I would hardly call Eru the Hero... he's more of the playwright. He created Melkor and, hence, Himself brought evil into the Music. He's as much villain as hero. Or maybe it's just "He Is!" My, that sounds familiar.

Cheers,

grond


----------



## Luke Sineath

why do people insist that there are no heroes because everyone dies? that doesn't rule out heroism at all, *especially* in tolkien's mythology--for his mythology is based on the scandinavian worldview. you guys are thinking more of the greek concept of heroism. 

scandinavian heroism carries with it the implication that the hero is definitely doomed and will eventually die. the hero knows this, but carries on anyway. E.V.Gordon, a friend and collaborator of tolkien's, wrote a brilliant few pages on the concept of heroism in the north in his book _An Introduction to Old Norse_:


> Most of the sagas are tragedies, because a good death was the greatest triumph of heroic character, and only in defeat and death was all the hero's power of resistance called into play. Indeed, most heroic literture is tragic, and most true tragedies are heroic. It is the essence of tragedy that there should be a note of triumph in the catastrophein that the hero's spirit remains unconquered; tragedy, too, is a version of the evil in ife, and how it is overcome, though it appears to win. The only difference in principle between the tragedy of the sagas and the tragedy of Shakespeare is that Shakespeare usually makes the disaster result from some flaw in the hero's character; while in the sagas the disaster is inevitable simply because the hero is heroically uncompromising. (xxxi-xxxii)


----------



## Noldor_returned

It has to be Earendil. He was the one responsible for the Valar stepping in. Sure others had a worthy contribution, but he ended it. Turin slayed the dragon, whoop-de-doo. Tuor rescued heaps of people. Good on him. Seriously. What other choice is there?


----------



## Ingwë

Luke Sineath said:


> why do people insist that there are no heroes because everyone dies? that doesn't rule out heroism at all, *especially* in tolkien's mythology--for his mythology is based on the scandinavian worldview. you guys are thinking more of the greek concept of heroism.

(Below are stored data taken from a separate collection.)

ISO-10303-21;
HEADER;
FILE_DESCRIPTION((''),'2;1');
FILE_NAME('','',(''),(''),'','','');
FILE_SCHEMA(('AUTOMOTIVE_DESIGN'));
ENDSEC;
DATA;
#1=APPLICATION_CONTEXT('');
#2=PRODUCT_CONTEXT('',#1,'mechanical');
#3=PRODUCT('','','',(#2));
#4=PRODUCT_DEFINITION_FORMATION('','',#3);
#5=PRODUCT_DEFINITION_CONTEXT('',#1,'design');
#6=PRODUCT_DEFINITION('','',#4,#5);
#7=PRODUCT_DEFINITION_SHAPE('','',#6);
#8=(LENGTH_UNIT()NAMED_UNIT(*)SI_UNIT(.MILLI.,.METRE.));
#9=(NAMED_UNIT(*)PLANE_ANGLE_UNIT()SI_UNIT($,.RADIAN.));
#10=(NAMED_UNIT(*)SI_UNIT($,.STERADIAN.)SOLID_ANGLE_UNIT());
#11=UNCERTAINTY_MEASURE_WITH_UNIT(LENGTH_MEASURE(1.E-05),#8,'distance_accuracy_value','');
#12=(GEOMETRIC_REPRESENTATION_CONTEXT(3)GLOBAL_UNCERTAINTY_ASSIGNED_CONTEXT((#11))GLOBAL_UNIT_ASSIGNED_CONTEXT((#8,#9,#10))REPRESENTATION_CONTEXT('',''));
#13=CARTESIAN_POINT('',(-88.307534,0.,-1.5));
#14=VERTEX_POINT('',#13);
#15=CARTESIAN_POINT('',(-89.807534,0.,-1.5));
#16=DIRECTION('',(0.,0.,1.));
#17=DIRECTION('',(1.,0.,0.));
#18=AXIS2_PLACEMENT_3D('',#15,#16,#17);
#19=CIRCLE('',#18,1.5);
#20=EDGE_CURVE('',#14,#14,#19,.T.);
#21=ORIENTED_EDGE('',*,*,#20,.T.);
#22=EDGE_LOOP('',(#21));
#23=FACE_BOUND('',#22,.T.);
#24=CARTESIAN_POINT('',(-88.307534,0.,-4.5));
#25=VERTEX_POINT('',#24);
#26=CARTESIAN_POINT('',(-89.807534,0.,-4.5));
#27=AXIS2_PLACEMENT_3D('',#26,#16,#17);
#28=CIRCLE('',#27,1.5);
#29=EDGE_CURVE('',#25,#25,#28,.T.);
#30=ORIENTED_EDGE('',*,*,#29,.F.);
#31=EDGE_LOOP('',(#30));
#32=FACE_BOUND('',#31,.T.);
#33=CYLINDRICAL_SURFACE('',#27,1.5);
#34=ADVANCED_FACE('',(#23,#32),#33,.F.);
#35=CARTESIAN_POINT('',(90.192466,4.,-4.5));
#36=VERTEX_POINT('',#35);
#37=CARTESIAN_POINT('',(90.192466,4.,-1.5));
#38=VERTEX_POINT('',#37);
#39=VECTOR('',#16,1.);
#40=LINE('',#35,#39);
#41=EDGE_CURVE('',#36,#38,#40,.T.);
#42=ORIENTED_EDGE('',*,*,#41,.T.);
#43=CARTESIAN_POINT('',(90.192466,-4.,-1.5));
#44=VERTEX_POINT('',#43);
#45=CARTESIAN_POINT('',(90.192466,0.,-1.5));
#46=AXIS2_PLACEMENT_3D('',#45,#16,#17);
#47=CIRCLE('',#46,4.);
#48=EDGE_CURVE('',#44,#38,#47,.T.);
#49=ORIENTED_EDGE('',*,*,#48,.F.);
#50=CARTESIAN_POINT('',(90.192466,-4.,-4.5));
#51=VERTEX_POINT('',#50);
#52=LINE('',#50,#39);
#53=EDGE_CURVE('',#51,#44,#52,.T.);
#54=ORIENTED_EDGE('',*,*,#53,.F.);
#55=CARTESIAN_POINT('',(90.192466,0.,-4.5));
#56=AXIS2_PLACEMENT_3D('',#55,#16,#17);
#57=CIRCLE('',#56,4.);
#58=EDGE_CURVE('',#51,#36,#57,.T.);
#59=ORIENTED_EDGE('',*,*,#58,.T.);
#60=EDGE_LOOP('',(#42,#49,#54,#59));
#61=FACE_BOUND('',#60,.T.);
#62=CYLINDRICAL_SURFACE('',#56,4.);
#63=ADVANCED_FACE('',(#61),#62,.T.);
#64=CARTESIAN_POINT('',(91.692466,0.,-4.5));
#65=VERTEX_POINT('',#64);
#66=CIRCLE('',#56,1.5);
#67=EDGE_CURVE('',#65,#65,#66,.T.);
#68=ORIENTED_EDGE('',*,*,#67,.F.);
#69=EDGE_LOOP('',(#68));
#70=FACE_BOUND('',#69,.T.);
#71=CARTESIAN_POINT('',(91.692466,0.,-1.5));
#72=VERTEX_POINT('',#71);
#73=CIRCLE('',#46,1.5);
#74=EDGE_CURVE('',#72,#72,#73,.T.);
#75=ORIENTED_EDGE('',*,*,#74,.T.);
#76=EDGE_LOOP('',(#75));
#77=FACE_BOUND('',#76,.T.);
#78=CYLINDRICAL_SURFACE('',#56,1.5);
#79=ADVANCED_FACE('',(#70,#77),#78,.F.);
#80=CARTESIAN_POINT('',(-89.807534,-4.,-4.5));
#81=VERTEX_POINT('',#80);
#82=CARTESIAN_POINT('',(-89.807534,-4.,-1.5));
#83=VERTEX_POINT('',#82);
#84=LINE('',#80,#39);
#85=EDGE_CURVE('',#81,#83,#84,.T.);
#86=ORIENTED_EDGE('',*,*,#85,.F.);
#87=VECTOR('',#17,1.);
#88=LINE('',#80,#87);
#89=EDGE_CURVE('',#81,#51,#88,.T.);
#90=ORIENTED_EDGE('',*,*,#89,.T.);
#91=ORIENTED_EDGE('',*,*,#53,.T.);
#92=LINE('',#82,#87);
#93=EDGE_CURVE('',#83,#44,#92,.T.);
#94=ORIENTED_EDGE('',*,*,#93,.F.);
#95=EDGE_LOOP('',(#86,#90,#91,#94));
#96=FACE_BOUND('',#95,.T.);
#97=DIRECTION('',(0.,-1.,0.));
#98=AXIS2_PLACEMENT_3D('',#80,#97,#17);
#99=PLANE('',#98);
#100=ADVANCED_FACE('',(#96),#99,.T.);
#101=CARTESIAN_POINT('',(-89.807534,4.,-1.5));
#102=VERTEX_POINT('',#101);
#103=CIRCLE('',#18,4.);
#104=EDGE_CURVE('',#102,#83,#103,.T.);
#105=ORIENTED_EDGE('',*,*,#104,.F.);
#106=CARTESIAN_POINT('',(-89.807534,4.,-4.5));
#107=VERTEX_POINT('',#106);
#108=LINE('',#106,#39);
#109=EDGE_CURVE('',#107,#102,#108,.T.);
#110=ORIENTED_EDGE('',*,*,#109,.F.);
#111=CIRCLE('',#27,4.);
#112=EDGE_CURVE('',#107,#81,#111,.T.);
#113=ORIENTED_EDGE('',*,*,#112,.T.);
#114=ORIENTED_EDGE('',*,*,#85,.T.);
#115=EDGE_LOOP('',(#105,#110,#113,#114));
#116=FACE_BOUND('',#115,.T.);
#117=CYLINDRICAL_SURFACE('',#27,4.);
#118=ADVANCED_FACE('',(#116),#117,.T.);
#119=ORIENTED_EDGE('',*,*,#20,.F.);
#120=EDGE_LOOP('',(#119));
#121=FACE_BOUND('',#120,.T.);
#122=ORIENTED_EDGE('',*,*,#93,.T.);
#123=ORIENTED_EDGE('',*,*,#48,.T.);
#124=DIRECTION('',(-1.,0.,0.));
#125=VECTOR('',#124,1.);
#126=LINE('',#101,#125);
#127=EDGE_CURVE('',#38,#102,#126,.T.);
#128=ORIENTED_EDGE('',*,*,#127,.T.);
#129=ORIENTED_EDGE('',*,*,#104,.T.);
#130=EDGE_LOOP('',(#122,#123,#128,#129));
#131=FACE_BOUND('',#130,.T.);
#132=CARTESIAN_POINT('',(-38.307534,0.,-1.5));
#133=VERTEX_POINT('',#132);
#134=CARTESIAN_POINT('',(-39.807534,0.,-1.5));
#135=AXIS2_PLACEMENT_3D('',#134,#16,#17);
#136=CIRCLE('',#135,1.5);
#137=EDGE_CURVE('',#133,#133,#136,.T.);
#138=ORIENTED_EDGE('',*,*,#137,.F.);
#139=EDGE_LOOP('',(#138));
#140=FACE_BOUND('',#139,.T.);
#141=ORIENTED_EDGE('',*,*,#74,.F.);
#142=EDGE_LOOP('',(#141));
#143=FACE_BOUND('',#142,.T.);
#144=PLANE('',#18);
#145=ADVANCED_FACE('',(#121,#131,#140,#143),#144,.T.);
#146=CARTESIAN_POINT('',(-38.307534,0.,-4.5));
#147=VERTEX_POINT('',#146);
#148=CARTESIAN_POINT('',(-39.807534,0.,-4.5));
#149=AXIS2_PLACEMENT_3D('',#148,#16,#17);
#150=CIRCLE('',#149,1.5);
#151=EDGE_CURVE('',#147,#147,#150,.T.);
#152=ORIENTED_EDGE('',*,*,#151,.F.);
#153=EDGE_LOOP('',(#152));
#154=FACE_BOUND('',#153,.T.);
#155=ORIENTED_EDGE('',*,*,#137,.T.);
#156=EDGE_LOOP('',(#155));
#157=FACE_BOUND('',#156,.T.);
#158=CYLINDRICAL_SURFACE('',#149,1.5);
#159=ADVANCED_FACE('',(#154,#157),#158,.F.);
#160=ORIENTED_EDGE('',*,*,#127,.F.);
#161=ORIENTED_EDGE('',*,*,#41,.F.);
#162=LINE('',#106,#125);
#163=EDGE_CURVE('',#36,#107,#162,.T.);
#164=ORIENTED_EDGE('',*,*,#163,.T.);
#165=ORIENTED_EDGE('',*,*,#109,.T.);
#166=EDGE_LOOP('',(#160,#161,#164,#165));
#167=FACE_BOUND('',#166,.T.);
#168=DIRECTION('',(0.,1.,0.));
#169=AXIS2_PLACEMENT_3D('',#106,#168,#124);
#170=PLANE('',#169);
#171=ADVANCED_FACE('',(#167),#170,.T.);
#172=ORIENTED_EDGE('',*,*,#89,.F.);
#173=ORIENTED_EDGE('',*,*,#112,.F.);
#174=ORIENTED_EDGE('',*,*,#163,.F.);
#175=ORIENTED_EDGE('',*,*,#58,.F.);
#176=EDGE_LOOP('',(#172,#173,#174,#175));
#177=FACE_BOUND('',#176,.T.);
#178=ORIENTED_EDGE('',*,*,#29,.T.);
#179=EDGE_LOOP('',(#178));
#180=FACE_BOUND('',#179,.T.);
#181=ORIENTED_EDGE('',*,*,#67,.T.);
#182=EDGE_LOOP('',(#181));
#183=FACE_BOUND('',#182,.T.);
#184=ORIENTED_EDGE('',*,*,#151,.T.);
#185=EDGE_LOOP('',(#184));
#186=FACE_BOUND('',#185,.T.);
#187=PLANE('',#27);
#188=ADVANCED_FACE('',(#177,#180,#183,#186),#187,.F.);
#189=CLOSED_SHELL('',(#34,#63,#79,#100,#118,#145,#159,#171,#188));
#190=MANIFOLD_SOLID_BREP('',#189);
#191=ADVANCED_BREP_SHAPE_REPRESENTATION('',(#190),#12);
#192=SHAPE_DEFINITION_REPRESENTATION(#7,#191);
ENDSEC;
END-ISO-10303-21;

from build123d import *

# Parameters (mm, degrees)
SKETCH1_R           = 3
BOSS_EXTRUDE1_DEPTH = 6
SCALE1_SCALE        = 0.5


with BuildPart() as part:
    # Sketch1 → Boss-Extrude1 (new body)
    with BuildSketch(Plane.XY):
        with BuildLine():
            Line((-180, 8), (180, 8))
            ThreePointArc((180, 8), (188, 0), (180, -8))
            Line((180, -8), (-180, -8))
            ThreePointArc((-180, -8), (-188, 0), (-180, 8))
        make_face()
        with Locations((-180, 0)):
            Circle(SKETCH1_R, mode=Mode.SUBTRACT)
        with Locations((-80, 0)):
            Circle(SKETCH1_R, mode=Mode.SUBTRACT)
        with Locations((180, 0)):
            Circle(SKETCH1_R, mode=Mode.SUBTRACT)
    extrude(amount=-BOSS_EXTRUDE1_DEPTH)


with BuildPart() as part_1:
    # Scale1: scaled about (0.384931031, 0, -3)
    add(part.part.scale(SCALE1_SCALE).moved(Location((0.192465515, 0, -1.5))))


solid = part_1.part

Well, I didn't insist there are no heroes, I think all of them [well, most of them] are heroes. They lived in heroic time. I just think there is no such a thing as true hero. If Earendil didn't sail he wouldn't save the peoples of Beleriand, but if Tuor didn't take the journey to Gondolin there wouldn't be Earendil and so on. I mean most of the acts of the characters are related in a way that if one event doesn't occur, then the following won't occur, too. The chain will be broken. And having in mind they all suffered, I cannot say one is "more hero" than another. 
Some time ago there was a voting for the greatest bulgarian ever. I didn't vote because we have too many heroes, real heroes and I cannot just pick one and say "he is the greatest". And many people think this way. Even though we selected one of the nominated ones 

By the way, I'm glad to see a neighbour here


----------



## Barliman Butterbur

Luke Sineath said:


> ...why do people insist that there are no heroes because everyone dies?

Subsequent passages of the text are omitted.